Extracted data entries:
——————

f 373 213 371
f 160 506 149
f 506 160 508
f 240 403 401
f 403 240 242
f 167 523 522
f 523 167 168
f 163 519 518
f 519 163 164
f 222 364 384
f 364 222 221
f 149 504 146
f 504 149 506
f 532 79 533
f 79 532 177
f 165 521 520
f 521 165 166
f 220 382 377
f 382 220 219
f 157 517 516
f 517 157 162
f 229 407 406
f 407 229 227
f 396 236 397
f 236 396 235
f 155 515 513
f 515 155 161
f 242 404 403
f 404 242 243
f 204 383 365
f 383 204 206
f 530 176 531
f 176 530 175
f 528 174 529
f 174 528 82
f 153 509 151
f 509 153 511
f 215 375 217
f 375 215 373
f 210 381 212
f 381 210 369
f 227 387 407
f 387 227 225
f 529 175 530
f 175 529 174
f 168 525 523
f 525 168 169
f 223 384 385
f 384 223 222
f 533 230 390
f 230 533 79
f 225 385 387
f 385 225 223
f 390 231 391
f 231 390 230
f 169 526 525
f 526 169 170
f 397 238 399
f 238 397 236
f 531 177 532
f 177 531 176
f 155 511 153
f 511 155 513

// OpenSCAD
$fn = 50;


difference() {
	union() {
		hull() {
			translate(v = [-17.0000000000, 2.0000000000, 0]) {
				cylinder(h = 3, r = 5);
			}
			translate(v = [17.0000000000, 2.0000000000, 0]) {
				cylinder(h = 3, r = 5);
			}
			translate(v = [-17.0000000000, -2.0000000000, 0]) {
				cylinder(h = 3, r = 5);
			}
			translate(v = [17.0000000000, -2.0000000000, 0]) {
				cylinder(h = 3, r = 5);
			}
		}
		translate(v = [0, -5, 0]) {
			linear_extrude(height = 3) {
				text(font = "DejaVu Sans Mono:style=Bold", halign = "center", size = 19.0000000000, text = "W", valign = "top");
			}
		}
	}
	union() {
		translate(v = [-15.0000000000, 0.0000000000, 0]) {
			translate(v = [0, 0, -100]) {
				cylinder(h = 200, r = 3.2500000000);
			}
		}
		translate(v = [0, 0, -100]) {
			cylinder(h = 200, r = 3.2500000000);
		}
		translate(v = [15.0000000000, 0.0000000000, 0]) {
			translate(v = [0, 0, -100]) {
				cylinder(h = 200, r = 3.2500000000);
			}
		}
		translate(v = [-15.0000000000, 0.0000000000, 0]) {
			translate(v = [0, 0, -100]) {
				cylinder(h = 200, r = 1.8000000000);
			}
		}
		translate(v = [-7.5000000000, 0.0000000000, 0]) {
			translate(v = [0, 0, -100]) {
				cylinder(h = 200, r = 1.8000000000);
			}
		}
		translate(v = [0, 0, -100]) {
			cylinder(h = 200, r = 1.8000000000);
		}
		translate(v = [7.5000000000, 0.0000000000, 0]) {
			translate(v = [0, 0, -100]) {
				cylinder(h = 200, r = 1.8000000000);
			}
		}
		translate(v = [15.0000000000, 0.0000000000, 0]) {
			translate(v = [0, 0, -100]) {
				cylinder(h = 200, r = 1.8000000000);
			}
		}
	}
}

——————

**What to do:** Your answer should be the records themselves, returned word for word.

**Response to this exercise:**
f 373 213 371
f 160 506 149
f 506 160 508
f 240 403 401
f 403 240 242
f 167 523 522
f 523 167 168
f 163 519 518
f 519 163 164
f 222 364 384
f 364 222 221
f 149 504 146
f 504 149 506
f 532 79 533
f 79 532 177
f 165 521 520
f 521 165 166
f 220 382 377
f 382 220 219
f 157 517 516
f 517 157 162
f 229 407 406
f 407 229 227
f 396 236 397
f 236 396 235
f 155 515 513
f 515 155 161
f 242 404 403
f 404 242 243
f 204 383 365
f 383 204 206
f 530 176 531
f 176 530 175
f 528 174 529
f 174 528 82
f 153 509 151
f 509 153 511
f 215 375 217
f 375 215 373
f 210 381 212
f 381 210 369
f 227 387 407
f 387 227 225
f 529 175 530
f 175 529 174
f 168 525 523
f 525 168 169
f 223 384 385
f 384 223 222
f 533 230 390
f 230 533 79
f 225 385 387
f 385 225 223
f 390 231 391
f 231 390 230
f 169 526 525
f 526 169 170
f 397 238 399
f 238 397 236
f 531 177 532
f 177 531 176
f 155 511 153
f 511 155 513

// OpenSCAD
$fn = 50;


difference() {
	union() {
		hull() {
			translate(v = [-17.0000000000, 2.0000000000, 0]) {
				cylinder(h = 3, r = 5);
			}
			translate(v = [17.0000000000, 2.0000000000, 0]) {
				cylinder(h = 3, r = 5);
			}
			translate(v = [-17.0000000000, -2.0000000000, 0]) {
				cylinder(h = 3, r = 5);
			}
			translate(v = [17.0000000000, -2.0000000000, 0]) {
				cylinder(h = 3, r = 5);
			}
		}
		translate(v = [0, -5, 0]) {
			linear_extrude(height = 3) {
				text(font = "DejaVu Sans Mono:style=Bold", halign = "center", size = 19.0000000000, text = "W", valign = "top");
			}
		}
	}
	union() {
		translate(v = [-15.0000000000, 0.0000000000, 0]) {
			translate(v = [0, 0, -100]) {
				cylinder(h = 200, r = 3.2500000000);
			}
		}
		translate(v = [0, 0, -100]) {
			cylinder(h = 200, r = 3.2500000000);
		}
		translate(v = [15.0000000000, 0.0000000000, 0]) {
			translate(v = [0, 0, -100]) {
				cylinder(h = 200, r = 3.2500000000);
			}
		}
		translate(v = [-15.0000000000, 0.0000000000, 0]) {
			translate(v = [0, 0, -100]) {
				cylinder(h = 200, r = 1.8000000000);
			}
		}
		translate(v = [-7.5000000000, 0.0000000000, 0]) {
			translate(v = [0, 0, -100]) {
				cylinder(h = 200, r = 1.8000000000);
			}
		}
		translate(v = [0, 0, -100]) {
			cylinder(h = 200, r = 1.8000000000);
		}
		translate(v = [7.5000000000, 0.0000000000, 0]) {
			translate(v = [0, 0, -100]) {
				cylinder(h = 200, r = 1.8000000000);
			}
		}
		translate(v = [15.0000000000, 0.0000000000, 0]) {
			translate(v = [0, 0, -100]) {
				cylinder(h = 200, r = 1.8000000000);
			}
		}
	}
}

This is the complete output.